China Evergrande, confrontée à une dette de 300 milliards de dollars, a reçu l’ordre de se liquider
Un tribunal de Hong Kong a ordonné la liquidation de China Evergrande, le promoteur immobilier le plus endetté au monde, à la suite d’un échec des efforts de restructuration de 300 milliards de dollars dus aux banques et aux détenteurs d’obligations, qui ont alimenté les craintes concernant l’augmentation du fardeau de la dette de la Chine.
« Ce serait une situation où le tribunal dirait que ça suffit », a déclaré lundi la juge Linda Chan. Elle a déclaré qu’il était approprié que le tribunal ordonne à Evergrande de mettre fin à ses activités étant donné « le manque de progrès de la part de l’entreprise présentant une proposition de restructuration viable » ainsi que l’insolvabilité d’Evergrande.
China Evergrande Group fait partie des dizaines de promoteurs chinois qui se sont effondrés depuis 2020 sous la pression officielle pour freiner la hausse de la dette, que le Parti communiste au pouvoir considère comme une menace pour le ralentissement de la croissance économique de la Chine.
Mais la répression des emprunts excédentaires a plongé le secteur immobilier dans la crise, freinant l’économie et ébranlant les systèmes financiers en Chine et à l’étranger.
Les régulateurs chinois ont déclaré que les risques d’ondes de choc mondiales liées à la faillite d’Evergrande pouvaient être maîtrisés.
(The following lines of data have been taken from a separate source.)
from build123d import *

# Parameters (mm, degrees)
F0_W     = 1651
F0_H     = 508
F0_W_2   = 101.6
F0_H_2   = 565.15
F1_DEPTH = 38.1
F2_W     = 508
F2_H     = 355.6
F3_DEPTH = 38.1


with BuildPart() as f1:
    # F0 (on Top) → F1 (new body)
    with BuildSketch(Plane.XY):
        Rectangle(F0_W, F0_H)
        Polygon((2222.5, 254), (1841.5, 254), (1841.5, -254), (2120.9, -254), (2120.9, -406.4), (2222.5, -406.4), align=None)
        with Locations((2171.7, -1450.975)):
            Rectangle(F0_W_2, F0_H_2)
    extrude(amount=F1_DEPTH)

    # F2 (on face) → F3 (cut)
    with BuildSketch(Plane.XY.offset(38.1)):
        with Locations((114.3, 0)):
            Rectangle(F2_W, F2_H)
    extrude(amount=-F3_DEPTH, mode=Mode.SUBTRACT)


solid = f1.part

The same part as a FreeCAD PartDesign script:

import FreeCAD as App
import Part
import Sketcher

V = App.Vector
Q = App.Units.Quantity

doc = App.newDocument("Part")
body = doc.addObject("PartDesign::Body", "Body")
body.AllowCompound = True

# Sketch on XY plane
sketch1 = body.newObject("Sketcher::SketchObject", "Sketch")
sketch1.AttachmentSupport = (doc.getObject("XY_Plane"), [""])
sketch1.MapMode = "FlatFace"
sketch1.addGeometry([
    Part.LineSegment(V(-825.5, 254, 0), V(-825.5, -254, 0)),  # 0
    Part.LineSegment(V(-825.5, -254, 0), V(825.5, -254, 0)),  # 1
    Part.LineSegment(V(825.5, -254, 0), V(825.5, 254, 0)),  # 2
    Part.LineSegment(V(825.5, 254, 0), V(-825.5, 254, 0)),  # 3
    Part.LineSegment(V(2222.5, 254, 0), V(1841.5, 254, 0)),  # 4
    Part.LineSegment(V(1841.5, 254, 0), V(1841.5, -254, 0)),  # 5
    Part.LineSegment(V(1841.5, -254, 0), V(2120.9, -254, 0)),  # 6
    Part.LineSegment(V(2120.9, -254, 0), V(2120.9, -406.4, 0)),  # 7
    Part.LineSegment(V(2120.9, -406.4, 0), V(2222.5, -406.4, 0)),  # 8
    Part.LineSegment(V(2222.5, -406.4, 0), V(2222.5, 254, 0)),  # 9
    Part.LineSegment(V(2120.9, -1168.4, 0), V(2120.9, -1733.55, 0)),  # 10
    Part.LineSegment(V(2120.9, -1733.55, 0), V(2222.5, -1733.55, 0)),  # 11
    Part.LineSegment(V(2222.5, -1733.55, 0), V(2222.5, -1168.4, 0)),  # 12
    Part.LineSegment(V(2222.5, -1168.4, 0), V(2120.9, -1168.4, 0)),  # 13
], False)
sketch1.addConstraint([
    Sketcher.Constraint("Coincident", 0, 2, 1, 1),
    Sketcher.Constraint("Coincident", 1, 2, 2, 1),
    Sketcher.Constraint("Coincident", 2, 2, 3, 1),
    Sketcher.Constraint("Coincident", 3, 2, 0, 1),
    Sketcher.Constraint("Coincident", 4, 2, 5, 1),
    Sketcher.Constraint("Coincident", 5, 2, 6, 1),
    Sketcher.Constraint("Coincident", 6, 2, 7, 1),
    Sketcher.Constraint("Coincident", 7, 2, 8, 1),
    Sketcher.Constraint("Coincident", 8, 2, 9, 1),
    Sketcher.Constraint("Coincident", 9, 2, 4, 1),
    Sketcher.Constraint("Coincident", 10, 2, 11, 1),
    Sketcher.Constraint("Coincident", 11, 2, 12, 1),
    Sketcher.Constraint("Coincident", 12, 2, 13, 1),
    Sketcher.Constraint("Coincident", 13, 2, 10, 1),
    Sketcher.Constraint("Vertical", 0),
    Sketcher.Constraint("Horizontal", 1),
    Sketcher.Constraint("Vertical", 2),
    Sketcher.Constraint("Horizontal", 3),
    Sketcher.Constraint("Horizontal", 4),
    Sketcher.Constraint("Vertical", 5),
    Sketcher.Constraint("Horizontal", 6),
    Sketcher.Constraint("Vertical", 7),
    Sketcher.Constraint("Horizontal", 8),
    Sketcher.Constraint("Vertical", 9),
    Sketcher.Constraint("Vertical", 10),
    Sketcher.Constraint("Horizontal", 11),
    Sketcher.Constraint("Vertical", 12),
    Sketcher.Constraint("Horizontal", 13),
    Sketcher.Constraint("Symmetric", 0, 2, 2, 2, -1, 1),
    Sketcher.Constraint("Horizontal", 3, 2, 4, 2),
    Sketcher.Constraint("Horizontal", 1, 2, 5, 2),
    Sketcher.Constraint("Vertical", 7, 2, 10, 2),
    Sketcher.Constraint("Vertical", 9, 2, 11, 2),
    Sketcher.Constraint("DistanceX", 1, 1, 1, 2, Q("65 in")),
    Sketcher.Constraint("DistanceX", 4, 2, 4, 1, Q("15 in")),
    Sketcher.Constraint("DistanceX", 6, 1, 6, 2, Q("11 in")),
    Sketcher.Constraint("DistanceY", 0, 2, 0, 1, Q("20 in")),
    Sketcher.Constraint("DistanceY", 7, 2, 7, 1, Q("6 in")),
    Sketcher.Constraint("DistanceY", 12, 2, -1, 1, Q("46 in")),
    Sketcher.Constraint("DistanceX", 2, 2, 4, 2, Q("40 in")),
    Sketcher.Constraint("DistanceY", 10, 2, 10, 1, Q("22.25 in")),
])
pad1 = body.newObject("PartDesign::Pad", "Pad")
pad1.Profile = sketch1
pad1.Length = Q("1.5 in")

# Sketch on XY plane
sketch2 = body.newObject("Sketcher::SketchObject", "Sketch001")
sketch2.AttachmentSupport = (doc.getObject("XY_Plane"), [""])
sketch2.MapMode = "FlatFace"
sketch2.AttachmentOffset = App.Placement(V(0, 0, 1.5 * 25.4), App.Rotation())
sketch2.addGeometry([
    Part.LineSegment(V(-139.7, 177.8, 0), V(-139.7, -177.8, 0)),
    Part.LineSegment(V(-139.7, -177.8, 0), V(368.3, -177.8, 0)),
    Part.LineSegment(V(368.3, -177.8, 0), V(368.3, 177.8, 0)),
    Part.LineSegment(V(368.3, 177.8, 0), V(-139.7, 177.8, 0)),
], False)
sketch2.addConstraint([
    Sketcher.Constraint("Coincident", 0, 2, 1, 1),
    Sketcher.Constraint("Coincident", 1, 2, 2, 1),
    Sketcher.Constraint("Coincident", 2, 2, 3, 1),
    Sketcher.Constraint("Coincident", 3, 2, 0, 1),
    Sketcher.Constraint("Vertical", 0),
    Sketcher.Constraint("Horizontal", 1),
    Sketcher.Constraint("Vertical", 2),
    Sketcher.Constraint("Horizontal", 3),
    Sketcher.Constraint("DistanceX", 1, 1, 1, 2, Q("20 in")),
    Sketcher.Constraint("DistanceY", 0, 2, 0, 1, Q("14 in")),
    Sketcher.Constraint("DistanceY", 0, 2, -1, 1, Q("7 in")),
    Sketcher.Constraint("DistanceX", 0, 2, -1, 1, Q("5.5 in")),
])
pocket1 = body.newObject("PartDesign::Pocket", "Pocket")
pocket1.Profile = sketch2
pocket1.Length = Q("1.5 in")

doc.recompute()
Les documents judiciaires consultés lundi montrent qu’Evergrande doit environ 25,4 milliards de dollars à des créanciers étrangers. Son actif total d’environ 240 milliards de dollars est éclipsé par son passif total.
« Il est incontestable que l’entreprise est gravement insolvable et incapable de payer ses dettes », indiquent les documents.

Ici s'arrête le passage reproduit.